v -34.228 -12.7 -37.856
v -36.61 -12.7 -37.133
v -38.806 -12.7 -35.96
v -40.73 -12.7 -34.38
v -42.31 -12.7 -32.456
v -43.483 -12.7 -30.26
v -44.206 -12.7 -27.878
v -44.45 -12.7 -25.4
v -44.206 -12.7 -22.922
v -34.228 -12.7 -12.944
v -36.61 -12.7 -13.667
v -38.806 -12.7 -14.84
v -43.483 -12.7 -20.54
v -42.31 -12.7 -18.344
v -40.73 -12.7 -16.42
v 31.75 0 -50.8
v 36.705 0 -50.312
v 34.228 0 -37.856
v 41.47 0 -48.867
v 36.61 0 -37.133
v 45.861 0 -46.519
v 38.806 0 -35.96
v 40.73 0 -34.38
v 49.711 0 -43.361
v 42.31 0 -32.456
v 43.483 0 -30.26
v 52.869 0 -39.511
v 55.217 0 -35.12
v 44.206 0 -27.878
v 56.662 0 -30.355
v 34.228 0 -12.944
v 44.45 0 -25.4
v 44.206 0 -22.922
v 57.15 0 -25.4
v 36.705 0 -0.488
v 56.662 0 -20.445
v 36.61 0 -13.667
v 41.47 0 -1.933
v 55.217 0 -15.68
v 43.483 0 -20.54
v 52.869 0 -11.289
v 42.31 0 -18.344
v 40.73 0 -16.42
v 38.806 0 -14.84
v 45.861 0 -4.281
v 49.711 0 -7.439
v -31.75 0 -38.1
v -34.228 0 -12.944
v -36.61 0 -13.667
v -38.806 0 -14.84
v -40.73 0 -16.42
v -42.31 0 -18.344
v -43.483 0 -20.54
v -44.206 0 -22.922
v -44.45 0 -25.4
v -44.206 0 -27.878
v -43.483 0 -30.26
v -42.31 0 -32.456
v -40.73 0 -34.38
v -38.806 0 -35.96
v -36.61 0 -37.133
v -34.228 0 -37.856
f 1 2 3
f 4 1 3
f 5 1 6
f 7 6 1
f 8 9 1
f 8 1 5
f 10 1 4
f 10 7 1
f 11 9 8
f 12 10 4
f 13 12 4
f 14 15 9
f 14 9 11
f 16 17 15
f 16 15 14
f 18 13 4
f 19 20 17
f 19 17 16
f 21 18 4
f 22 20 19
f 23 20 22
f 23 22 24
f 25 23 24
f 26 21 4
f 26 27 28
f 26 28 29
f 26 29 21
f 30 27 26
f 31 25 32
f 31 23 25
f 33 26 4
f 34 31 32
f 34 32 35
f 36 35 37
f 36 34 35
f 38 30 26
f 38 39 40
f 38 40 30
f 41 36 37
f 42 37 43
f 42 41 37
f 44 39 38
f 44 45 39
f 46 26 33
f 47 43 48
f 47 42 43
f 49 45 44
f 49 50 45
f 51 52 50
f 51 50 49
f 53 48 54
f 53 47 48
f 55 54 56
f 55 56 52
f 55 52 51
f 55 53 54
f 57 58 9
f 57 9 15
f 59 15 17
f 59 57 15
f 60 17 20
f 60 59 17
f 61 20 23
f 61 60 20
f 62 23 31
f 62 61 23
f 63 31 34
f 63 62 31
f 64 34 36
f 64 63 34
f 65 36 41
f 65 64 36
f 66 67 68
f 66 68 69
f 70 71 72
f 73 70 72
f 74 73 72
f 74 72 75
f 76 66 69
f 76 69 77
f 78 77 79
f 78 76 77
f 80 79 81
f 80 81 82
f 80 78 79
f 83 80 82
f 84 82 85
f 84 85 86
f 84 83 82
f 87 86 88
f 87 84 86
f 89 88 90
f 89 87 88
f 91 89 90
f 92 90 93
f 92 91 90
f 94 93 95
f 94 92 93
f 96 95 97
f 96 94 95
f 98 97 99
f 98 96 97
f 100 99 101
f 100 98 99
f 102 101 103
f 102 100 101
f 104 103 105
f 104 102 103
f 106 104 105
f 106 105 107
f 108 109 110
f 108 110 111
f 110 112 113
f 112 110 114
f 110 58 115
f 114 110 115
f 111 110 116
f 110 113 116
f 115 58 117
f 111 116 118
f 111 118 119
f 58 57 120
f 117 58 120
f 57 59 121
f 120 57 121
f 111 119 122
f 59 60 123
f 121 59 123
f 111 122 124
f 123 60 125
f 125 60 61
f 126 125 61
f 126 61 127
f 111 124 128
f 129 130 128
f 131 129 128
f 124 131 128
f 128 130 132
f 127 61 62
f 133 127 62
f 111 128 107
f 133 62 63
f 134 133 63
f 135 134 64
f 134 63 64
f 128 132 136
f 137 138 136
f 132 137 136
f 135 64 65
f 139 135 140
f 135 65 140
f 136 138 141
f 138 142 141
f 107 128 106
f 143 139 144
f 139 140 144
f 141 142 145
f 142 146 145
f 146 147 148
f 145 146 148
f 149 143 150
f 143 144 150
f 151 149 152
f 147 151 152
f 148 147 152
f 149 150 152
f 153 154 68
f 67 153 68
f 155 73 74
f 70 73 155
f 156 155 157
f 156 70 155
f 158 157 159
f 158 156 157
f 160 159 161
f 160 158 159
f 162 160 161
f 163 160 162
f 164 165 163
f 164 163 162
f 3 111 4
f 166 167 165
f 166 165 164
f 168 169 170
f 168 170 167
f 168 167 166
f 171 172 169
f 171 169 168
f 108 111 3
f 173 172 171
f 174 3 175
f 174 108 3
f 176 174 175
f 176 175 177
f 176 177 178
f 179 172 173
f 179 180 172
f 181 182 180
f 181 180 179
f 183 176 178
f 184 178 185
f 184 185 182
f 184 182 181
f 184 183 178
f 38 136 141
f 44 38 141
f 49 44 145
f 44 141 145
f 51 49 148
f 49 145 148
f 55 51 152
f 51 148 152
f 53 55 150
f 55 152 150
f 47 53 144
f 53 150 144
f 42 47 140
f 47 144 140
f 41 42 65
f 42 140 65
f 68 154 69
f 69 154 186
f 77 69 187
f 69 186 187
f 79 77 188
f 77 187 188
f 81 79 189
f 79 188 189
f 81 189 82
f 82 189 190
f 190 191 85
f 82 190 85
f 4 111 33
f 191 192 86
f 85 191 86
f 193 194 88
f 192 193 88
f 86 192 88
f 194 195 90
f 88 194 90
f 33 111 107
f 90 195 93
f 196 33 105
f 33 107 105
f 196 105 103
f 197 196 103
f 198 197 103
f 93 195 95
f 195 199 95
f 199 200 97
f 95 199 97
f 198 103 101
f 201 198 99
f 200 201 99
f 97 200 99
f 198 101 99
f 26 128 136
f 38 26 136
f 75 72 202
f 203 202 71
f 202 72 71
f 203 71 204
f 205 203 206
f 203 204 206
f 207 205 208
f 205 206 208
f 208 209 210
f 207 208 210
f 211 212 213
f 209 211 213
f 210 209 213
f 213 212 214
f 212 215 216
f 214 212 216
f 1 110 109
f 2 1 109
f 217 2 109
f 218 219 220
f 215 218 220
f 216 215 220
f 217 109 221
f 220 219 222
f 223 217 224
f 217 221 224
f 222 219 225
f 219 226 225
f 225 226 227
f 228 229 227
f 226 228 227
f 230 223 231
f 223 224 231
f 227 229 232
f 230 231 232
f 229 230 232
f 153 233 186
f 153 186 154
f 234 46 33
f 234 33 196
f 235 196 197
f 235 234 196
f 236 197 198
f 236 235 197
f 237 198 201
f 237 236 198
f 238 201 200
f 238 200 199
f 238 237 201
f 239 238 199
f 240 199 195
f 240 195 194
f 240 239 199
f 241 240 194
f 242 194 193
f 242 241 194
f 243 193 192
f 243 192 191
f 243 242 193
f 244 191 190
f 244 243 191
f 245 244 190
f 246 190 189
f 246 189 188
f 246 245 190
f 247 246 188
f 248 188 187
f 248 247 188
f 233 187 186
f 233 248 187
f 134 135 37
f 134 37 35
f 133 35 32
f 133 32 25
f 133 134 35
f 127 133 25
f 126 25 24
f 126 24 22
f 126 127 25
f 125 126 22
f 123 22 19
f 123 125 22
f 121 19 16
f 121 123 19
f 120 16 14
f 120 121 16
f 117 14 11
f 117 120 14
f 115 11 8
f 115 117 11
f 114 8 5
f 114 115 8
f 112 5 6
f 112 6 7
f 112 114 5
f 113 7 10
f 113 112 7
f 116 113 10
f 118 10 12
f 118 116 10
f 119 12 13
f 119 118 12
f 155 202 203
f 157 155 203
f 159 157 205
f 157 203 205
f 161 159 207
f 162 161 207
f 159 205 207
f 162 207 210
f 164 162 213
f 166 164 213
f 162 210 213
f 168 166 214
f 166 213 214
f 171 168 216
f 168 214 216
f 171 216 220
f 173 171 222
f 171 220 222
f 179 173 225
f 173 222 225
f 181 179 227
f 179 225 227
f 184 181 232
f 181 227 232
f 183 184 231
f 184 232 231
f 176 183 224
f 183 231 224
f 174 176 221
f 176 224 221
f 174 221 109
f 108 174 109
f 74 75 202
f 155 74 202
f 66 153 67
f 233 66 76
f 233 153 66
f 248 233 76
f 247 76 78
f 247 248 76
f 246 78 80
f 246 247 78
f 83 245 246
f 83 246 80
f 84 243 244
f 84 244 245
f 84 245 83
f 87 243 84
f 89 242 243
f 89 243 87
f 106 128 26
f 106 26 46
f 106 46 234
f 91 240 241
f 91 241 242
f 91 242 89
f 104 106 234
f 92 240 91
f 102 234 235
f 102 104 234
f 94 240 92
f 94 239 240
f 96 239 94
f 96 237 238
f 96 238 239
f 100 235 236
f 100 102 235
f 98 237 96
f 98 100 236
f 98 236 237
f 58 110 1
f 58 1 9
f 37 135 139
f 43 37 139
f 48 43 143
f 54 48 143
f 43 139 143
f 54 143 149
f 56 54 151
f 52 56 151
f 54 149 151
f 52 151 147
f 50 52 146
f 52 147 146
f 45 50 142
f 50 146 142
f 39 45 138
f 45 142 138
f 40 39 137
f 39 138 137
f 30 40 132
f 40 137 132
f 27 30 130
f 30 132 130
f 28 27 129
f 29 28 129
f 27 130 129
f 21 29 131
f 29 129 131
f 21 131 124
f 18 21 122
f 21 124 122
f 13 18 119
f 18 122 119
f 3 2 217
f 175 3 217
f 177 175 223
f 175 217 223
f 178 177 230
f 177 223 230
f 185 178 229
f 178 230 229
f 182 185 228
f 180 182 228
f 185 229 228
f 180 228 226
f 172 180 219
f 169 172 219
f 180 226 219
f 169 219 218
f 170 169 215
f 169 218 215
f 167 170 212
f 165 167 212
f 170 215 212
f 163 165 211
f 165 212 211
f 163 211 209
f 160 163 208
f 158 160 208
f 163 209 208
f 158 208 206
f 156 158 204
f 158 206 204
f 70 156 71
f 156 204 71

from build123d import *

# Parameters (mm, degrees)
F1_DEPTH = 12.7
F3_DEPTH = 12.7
---*---
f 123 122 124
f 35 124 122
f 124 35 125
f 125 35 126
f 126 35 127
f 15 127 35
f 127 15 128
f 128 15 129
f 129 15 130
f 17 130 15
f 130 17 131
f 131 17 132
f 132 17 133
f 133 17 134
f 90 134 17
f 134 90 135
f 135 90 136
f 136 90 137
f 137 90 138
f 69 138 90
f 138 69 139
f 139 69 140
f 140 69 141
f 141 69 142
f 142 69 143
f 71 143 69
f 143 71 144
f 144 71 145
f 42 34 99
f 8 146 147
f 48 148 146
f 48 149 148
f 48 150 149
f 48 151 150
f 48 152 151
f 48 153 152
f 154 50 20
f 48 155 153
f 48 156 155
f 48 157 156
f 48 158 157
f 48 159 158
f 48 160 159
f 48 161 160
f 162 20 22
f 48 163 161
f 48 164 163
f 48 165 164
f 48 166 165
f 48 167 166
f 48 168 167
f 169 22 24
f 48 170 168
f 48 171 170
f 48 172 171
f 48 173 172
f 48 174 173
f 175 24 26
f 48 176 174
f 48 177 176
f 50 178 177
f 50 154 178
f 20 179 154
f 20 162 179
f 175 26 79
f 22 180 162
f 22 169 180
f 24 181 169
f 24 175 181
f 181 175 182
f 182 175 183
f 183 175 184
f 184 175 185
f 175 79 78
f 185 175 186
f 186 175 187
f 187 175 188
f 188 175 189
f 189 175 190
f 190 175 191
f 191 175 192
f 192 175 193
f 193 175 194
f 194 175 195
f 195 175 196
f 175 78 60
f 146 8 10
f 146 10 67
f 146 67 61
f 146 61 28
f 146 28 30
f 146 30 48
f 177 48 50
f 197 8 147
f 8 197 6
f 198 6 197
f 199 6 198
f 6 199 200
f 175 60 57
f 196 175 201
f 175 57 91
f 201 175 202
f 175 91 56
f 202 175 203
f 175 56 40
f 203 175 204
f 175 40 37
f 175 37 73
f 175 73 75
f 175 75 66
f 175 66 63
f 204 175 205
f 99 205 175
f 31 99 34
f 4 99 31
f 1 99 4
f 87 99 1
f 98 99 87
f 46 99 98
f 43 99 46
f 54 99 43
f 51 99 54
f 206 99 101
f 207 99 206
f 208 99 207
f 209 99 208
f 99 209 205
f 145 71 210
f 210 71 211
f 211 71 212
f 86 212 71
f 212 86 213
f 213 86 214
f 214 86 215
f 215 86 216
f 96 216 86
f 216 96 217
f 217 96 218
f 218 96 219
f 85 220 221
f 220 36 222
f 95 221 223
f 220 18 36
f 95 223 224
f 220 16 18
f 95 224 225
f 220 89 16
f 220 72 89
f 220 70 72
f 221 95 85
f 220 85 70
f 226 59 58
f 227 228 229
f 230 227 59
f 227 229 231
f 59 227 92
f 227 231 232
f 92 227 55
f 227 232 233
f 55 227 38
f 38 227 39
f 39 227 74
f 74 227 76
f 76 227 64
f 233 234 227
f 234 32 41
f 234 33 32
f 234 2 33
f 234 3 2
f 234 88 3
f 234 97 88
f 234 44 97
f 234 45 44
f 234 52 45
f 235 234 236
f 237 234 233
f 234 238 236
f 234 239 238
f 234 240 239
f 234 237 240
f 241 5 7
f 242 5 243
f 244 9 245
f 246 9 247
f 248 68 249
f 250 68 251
---*---
__Your instructions__
From the records above, print only the lines between the one holding "f 180 226 219" and the one holding "F3_DEPTH = 12.7", inclusive, exactly as they stand.

__Reply__
f 180 226 219
f 169 219 218
f 170 169 215
f 169 218 215
f 167 170 212
f 165 167 212
f 170 215 212
f 163 165 211
f 165 212 211
f 163 211 209
f 160 163 208
f 158 160 208
f 163 209 208
f 158 208 206
f 156 158 204
f 158 206 204
f 70 156 71
f 156 204 71

from build123d import *

# Parameters (mm, degrees)
F1_DEPTH = 12.7
F3_DEPTH = 12.7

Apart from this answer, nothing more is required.